F i g. 5 shows, in dashed lines on the corner symmetry line, a radial straight wall 50 in sector Q , which extends up to the envelope surface H of the rotating blades 3. (It divides the corner expansion space.) Its profile therefore corresponds either to the lines 17 '+ 21 or 19 in FIG. 2 and increases the swirl recovery. An adaptation of the shape according to the curved wall (dashed line 51) as in the case of a Pclton turbine blade should be advantageous in terms of flow and noise, as should a blade 51 'that is inclined to approximate the curvature. An inclination of the blade 50 or 4 ^r > 51 also has an advantageous effect. especially in the case of the radially outer blade edge that is steeper to the plane of rotation, whereby the upper edge is offset by 50 or 51 (in the plane E \) in the direction of rotation. When these blades are inclined in the direction of rotation, the axially undercut space behind such a guide blade is poured out to make the tool flat.

The corner contour given on the suction side or on the pressure side in many cases comes from an installation flange that closes off the pipe section in the circumferential direction. whose outermost corners protrude beyond the flow channel and fasteners such.
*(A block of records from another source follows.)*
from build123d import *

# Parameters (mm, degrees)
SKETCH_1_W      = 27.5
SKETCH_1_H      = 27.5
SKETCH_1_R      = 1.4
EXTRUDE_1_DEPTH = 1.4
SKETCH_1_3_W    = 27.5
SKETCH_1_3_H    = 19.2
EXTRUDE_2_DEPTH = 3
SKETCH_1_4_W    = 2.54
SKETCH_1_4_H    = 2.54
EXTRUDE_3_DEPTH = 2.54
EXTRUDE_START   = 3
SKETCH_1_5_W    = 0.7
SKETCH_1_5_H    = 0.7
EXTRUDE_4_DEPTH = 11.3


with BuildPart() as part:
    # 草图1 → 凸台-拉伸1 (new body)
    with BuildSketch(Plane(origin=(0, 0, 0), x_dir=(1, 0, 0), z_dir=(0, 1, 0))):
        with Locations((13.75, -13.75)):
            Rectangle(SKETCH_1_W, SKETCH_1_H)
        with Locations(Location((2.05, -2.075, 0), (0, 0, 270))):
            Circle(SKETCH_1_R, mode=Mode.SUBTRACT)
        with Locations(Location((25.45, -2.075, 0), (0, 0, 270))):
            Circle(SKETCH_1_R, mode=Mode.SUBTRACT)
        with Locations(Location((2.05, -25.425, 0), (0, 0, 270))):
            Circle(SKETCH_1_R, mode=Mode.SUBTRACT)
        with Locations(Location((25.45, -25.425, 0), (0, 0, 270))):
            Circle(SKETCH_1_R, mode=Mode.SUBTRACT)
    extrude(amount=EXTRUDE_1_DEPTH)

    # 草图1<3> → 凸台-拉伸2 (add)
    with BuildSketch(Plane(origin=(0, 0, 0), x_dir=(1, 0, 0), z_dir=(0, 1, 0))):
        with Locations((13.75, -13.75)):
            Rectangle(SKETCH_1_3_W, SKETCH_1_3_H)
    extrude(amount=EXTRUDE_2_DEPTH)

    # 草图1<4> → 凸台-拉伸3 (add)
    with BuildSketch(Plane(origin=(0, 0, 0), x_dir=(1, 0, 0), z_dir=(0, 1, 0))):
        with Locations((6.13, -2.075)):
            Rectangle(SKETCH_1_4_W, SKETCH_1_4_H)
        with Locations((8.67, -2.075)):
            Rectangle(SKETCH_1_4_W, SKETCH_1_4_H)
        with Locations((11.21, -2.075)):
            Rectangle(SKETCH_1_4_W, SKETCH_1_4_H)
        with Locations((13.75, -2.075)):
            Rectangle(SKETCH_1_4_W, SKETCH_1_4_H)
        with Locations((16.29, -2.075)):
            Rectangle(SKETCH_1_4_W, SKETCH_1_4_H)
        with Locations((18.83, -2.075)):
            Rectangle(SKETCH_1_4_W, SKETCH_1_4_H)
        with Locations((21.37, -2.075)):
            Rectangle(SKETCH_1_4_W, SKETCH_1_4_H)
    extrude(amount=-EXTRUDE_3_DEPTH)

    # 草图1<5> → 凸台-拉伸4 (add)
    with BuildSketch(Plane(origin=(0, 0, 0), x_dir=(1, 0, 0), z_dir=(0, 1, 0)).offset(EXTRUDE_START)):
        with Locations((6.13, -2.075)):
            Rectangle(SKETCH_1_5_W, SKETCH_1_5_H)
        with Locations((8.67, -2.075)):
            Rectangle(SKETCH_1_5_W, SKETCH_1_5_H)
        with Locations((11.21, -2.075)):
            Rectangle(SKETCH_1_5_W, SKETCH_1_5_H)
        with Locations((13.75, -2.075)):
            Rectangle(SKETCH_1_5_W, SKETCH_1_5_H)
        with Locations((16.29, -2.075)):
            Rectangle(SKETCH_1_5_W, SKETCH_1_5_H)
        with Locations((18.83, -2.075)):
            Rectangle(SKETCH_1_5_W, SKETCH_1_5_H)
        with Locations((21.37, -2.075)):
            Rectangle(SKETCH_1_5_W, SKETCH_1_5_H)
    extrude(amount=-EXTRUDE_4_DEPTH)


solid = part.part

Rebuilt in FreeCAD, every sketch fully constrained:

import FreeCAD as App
import Part
import Sketcher
from FreeCAD import Vector
Q = App.Units.Quantity

doc = App.newDocument("Part")
params = doc.addObject("Spreadsheet::Sheet", "Params")
for row, (alias, value) in enumerate([
    ("sketch1_diameter", "2.8 mm"),
    ("sketch1_width", "27.5 mm"),
    ("pad1_length", "1.4 mm"),
    ("sketch2_width", "27.5 mm"),
    ("sketch2_height", "19.2 mm"),
    ("pad2_length", "3 mm"),
    ("sketch3_width", "17.78 mm"),
    ("sketch3_height", "2.54 mm"),
    ("pad3_length", "2.54 mm"),
    ("sketch4_width", "0.7 mm"),
    ("pad4_length", "11.3 mm"),
], start=1):
    params.set(f"A{row}", alias)
    params.set(f"B{row}", "=" + value)
    params.setAlias(f"B{row}", alias)

body = doc.addObject("PartDesign::Body", "Body")

sketch1 = body.newObject("Sketcher::SketchObject", "Sketch")
sketch1.AttachmentSupport = (doc.getObject("XZ_Plane"), [""])
sketch1.MapMode = "FlatFace"
sketch1.addGeometry(Part.LineSegment(Vector(0, 0, 0), Vector(0, 27.5, 0)), False)
sketch1.addGeometry(Part.LineSegment(Vector(0, 27.5, 0), Vector(27.5, 27.5, 0)), False)
sketch1.addGeometry(Part.LineSegment(Vector(27.5, 27.5, 0), Vector(27.5, 0, 0)), False)
sketch1.addGeometry(Part.LineSegment(Vector(27.5, 0, 0), Vector(0, 0, 0)), False)
sketch1.addGeometry(Part.Circle(Vector(2, 25.4, 0), Vector(0, 0, 1), 1.4), False)
sketch1.addGeometry(Part.Circle(Vector(25.4, 25.4, 0), Vector(0, 0, 1), 1.4), False)
sketch1.addGeometry(Part.Circle(Vector(2, 2.1, 0), Vector(0, 0, 1), 1.4), False)
sketch1.addGeometry(Part.Circle(Vector(25.4, 2.1, 0), Vector(0, 0, 1), 1.4), False)
sketch1.addConstraint(Sketcher.Constraint("Coincident", 0, 2, 1, 1))
sketch1.addConstraint(Sketcher.Constraint("Coincident", 1, 2, 2, 1))
sketch1.addConstraint(Sketcher.Constraint("Coincident", 2, 2, 3, 1))
sketch1.addConstraint(Sketcher.Constraint("Coincident", 3, 2, 0, 1))
sketch1.addConstraint(Sketcher.Constraint("Vertical", 0))
sketch1.addConstraint(Sketcher.Constraint("Horizontal", 1))
sketch1.addConstraint(Sketcher.Constraint("Vertical", 2))
sketch1.addConstraint(Sketcher.Constraint("Horizontal", 3))
sketch1.addConstraint(Sketcher.Constraint("Coincident", 3, 2, -1, 1))
sketch1.addConstraint(Sketcher.Constraint("Equal", 4, 5))
sketch1.addConstraint(Sketcher.Constraint("Equal", 5, 6))
sketch1.addConstraint(Sketcher.Constraint("Equal", 6, 7))
sketch1.addConstraint(Sketcher.Constraint("Horizontal", 4, 3, 5, 3))
sketch1.addConstraint(Sketcher.Constraint("Horizontal", 6, 3, 7, 3))
sketch1.addConstraint(Sketcher.Constraint("Vertical", 4, 3, 6, 3))
sketch1.addConstraint(Sketcher.Constraint("Vertical", 5, 3, 7, 3))
sketch1.addConstraint(Sketcher.Constraint("Equal", 3, 0))
sketch1.addConstraint(Sketcher.Constraint("Diameter", 4, Q("2.8 mm")))
sketch1.addConstraint(Sketcher.Constraint("DistanceX", 1, 1, 1, 2, Q("27.5 mm")))
sketch1.addConstraint(Sketcher.Constraint("DistanceX", 4, 3, 5, 3, Q("23.4 mm")))
sketch1.addConstraint(Sketcher.Constraint("DistanceX", -1, 1, 4, 3, Q("2.05 mm")))
sketch1.addConstraint(Sketcher.Constraint("DistanceY", 6, 3, 4, 3, Q("23.35 mm")))
sketch1.addConstraint(Sketcher.Constraint("DistanceY", -1, 1, 4, 3, Q("25.425 mm")))
sketch1.setExpression("Constraints[17]", "Params.sketch1_diameter")
sketch1.setExpression("Constraints[18]", "Params.sketch1_width")
pad1 = body.newObject("PartDesign::Pad", "Pad")
pad1.Profile = sketch1
pad1.setExpression("Length", "Params.pad1_length")
pad1.Reversed = True

sketch2 = body.newObject("Sketcher::SketchObject", "Sketch001")
sketch2.AttachmentSupport = (doc.getObject("XZ_Plane"), [""])
sketch2.MapMode = "FlatFace"
sketch2.addGeometry(Part.LineSegment(Vector(0, 4, 0), Vector(0, 23, 0)), False)
sketch2.addGeometry(Part.LineSegment(Vector(0, 23, 0), Vector(28, 23, 0)), False)
sketch2.addGeometry(Part.LineSegment(Vector(28, 23, 0), Vector(28, 4, 0)), False)
sketch2.addGeometry(Part.LineSegment(Vector(28, 4, 0), Vector(0, 4, 0)), False)
sketch2.addConstraint(Sketcher.Constraint("Coincident", 0, 2, 1, 1))
sketch2.addConstraint(Sketcher.Constraint("Coincident", 1, 2, 2, 1))
sketch2.addConstraint(Sketcher.Constraint("Coincident", 2, 2, 3, 1))
sketch2.addConstraint(Sketcher.Constraint("Coincident", 3, 2, 0, 1))
sketch2.addConstraint(Sketcher.Constraint("Vertical", 0))
sketch2.addConstraint(Sketcher.Constraint("Horizontal", 1))
sketch2.addConstraint(Sketcher.Constraint("Vertical", 2))
sketch2.addConstraint(Sketcher.Constraint("Horizontal", 3))
sketch2.addConstraint(Sketcher.Constraint("PointOnObject", 0, 2, -2))
sketch2.addConstraint(Sketcher.Constraint("DistanceX", 1, 1, 1, 2, Q("27.5 mm")))
sketch2.addConstraint(Sketcher.Constraint("DistanceY", 0, 1, 0, 2, Q("19.2 mm")))
sketch2.addConstraint(Sketcher.Constraint("DistanceY", -1, 1, 0, 2, Q("23.35 mm")))
sketch2.setExpression("Constraints[9]", "Params.sketch2_width")
sketch2.setExpression("Constraints[10]", "Params.sketch2_height")
pad2 = body.newObject("PartDesign::Pad", "Pad001")
pad2.Profile = sketch2
pad2.setExpression("Length", "Params.pad2_length")
pad2.Reversed = True

sketch3 = body.newObject("Sketcher::SketchObject", "Sketch002")
sketch3.AttachmentSupport = (doc.getObject("XZ_Plane"), [""])
sketch3.MapMode = "FlatFace"
sketch3.addGeometry(Part.LineSegment(Vector(4.9, 0.8, 0), Vector(4.9, 3.3, 0)), False)
sketch3.addGeometry(Part.LineSegment(Vector(4.9, 3.3, 0), Vector(22.6, 3.3, 0)), False)
sketch3.addGeometry(Part.LineSegment(Vector(22.6, 3.3, 0), Vector(22.6, 0.8, 0)), False)
sketch3.addGeometry(Part.LineSegment(Vector(22.6, 0.8, 0), Vector(4.9, 0.8, 0)), False)
sketch3.addConstraint(Sketcher.Constraint("Coincident", 0, 2, 1, 1))
sketch3.addConstraint(Sketcher.Constraint("Coincident", 1, 2, 2, 1))
sketch3.addConstraint(Sketcher.Constraint("Coincident", 2, 2, 3, 1))
sketch3.addConstraint(Sketcher.Constraint("Coincident", 3, 2, 0, 1))
sketch3.addConstraint(Sketcher.Constraint("Vertical", 0))
sketch3.addConstraint(Sketcher.Constraint("Horizontal", 1))
sketch3.addConstraint(Sketcher.Constraint("Vertical", 2))
sketch3.addConstraint(Sketcher.Constraint("Horizontal", 3))
sketch3.addConstraint(Sketcher.Constraint("DistanceX", 1, 1, 1, 2, Q("17.78 mm")))
sketch3.addConstraint(Sketcher.Constraint("DistanceY", 0, 1, 0, 2, Q("2.54 mm")))
sketch3.addConstraint(Sketcher.Constraint("DistanceX", -1, 1, 0, 2, Q("4.86 mm")))
sketch3.addConstraint(Sketcher.Constraint("DistanceY", -1, 1, 0, 2, Q("3.345 mm")))
sketch3.setExpression("Constraints[8]", "Params.sketch3_width")
sketch3.setExpression("Constraints[9]", "Params.sketch3_height")
pad3 = body.newObject("PartDesign::Pad", "Pad002")
pad3.Profile = sketch3
pad3.setExpression("Length", "Params.pad3_length")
B. holes have can.

The combination according to the invention which is particularly advantageous for axially short axial fans: Vcnturikanal and corner extensions increase the pressure in the working area of the characteristic curve by 20-30%.

For this purpose 3 sheets of drawings

it

Claims (10)

Patent claims: 1. Axially short axial fan, whose housing, which is symmetrical in an axial plan view, is the impeller surrounds concentrically with point-symmetrical, in particular square, contour, the The passage cross-section of the housing changes in the manner of a Venturi duct, characterized in that that the Durchgangsquerschnitl is in the outflow area - seen in the direction of flow - Wehert radially into the contour corners (16,17,18) of the housing. 2. Axial fan according to claim 1, characterized in that the wall surfaces (17) of the corner extension (16) are rotationally symmetrical to the main axis (100). 3. Axial fan according to claim 1 or 2, characterized in that from the wall surfaces of the corner expansion spaces, these circumferentially subdividing, radial wall elements, preferably curved, protrude up to the vicinity of the envelope (H) of the rotating blades. 4. Axial fan according to one of the preceding claims, characterized in that expansion spaces (16) with its wall (17) each in the square corners (10) of the housing into a helix angle (//) to form the axis of rotation (100). 5. Axial fan according to claim 2 or 4, characterized in that the skew angle (> /) is constant and is preferably about 40 °. 6. Axial fan according to one of the preceding claims, in particular according to claim 2, 4 or 5, characterized in that in the case of a square housing contour in the area of the centers of the square cites, the widening angle (f) is at least approximately retained. 7. Axialventilaior according to one of claims I. 2 or 4, characterized in that the helix angle (sy) is 30 ° to 70 °. 8. Axialventilaior according to any one of the preceding claims, characterized in that when the housing length L is shortened from 50 mm to 25 mm, the resting angle (* ■) increases from 10 ° to 30 °. 9. Axial fan according to one of the preceding claims 1, 2, 4 or 6, characterized in that that the mean plane of intersection (going through the axis of rotation (100)) is not constant Helix angle (* /) in the direction of rotation: over the The circumference is changed symmetrically to the cutting plane through a corner (10) of the housing. 10. Axial fan according to claim 9, characterized in that the mean helix angle (//) is maximum in the cutting plane that goes through the axis of rotation (100) and the corner (10).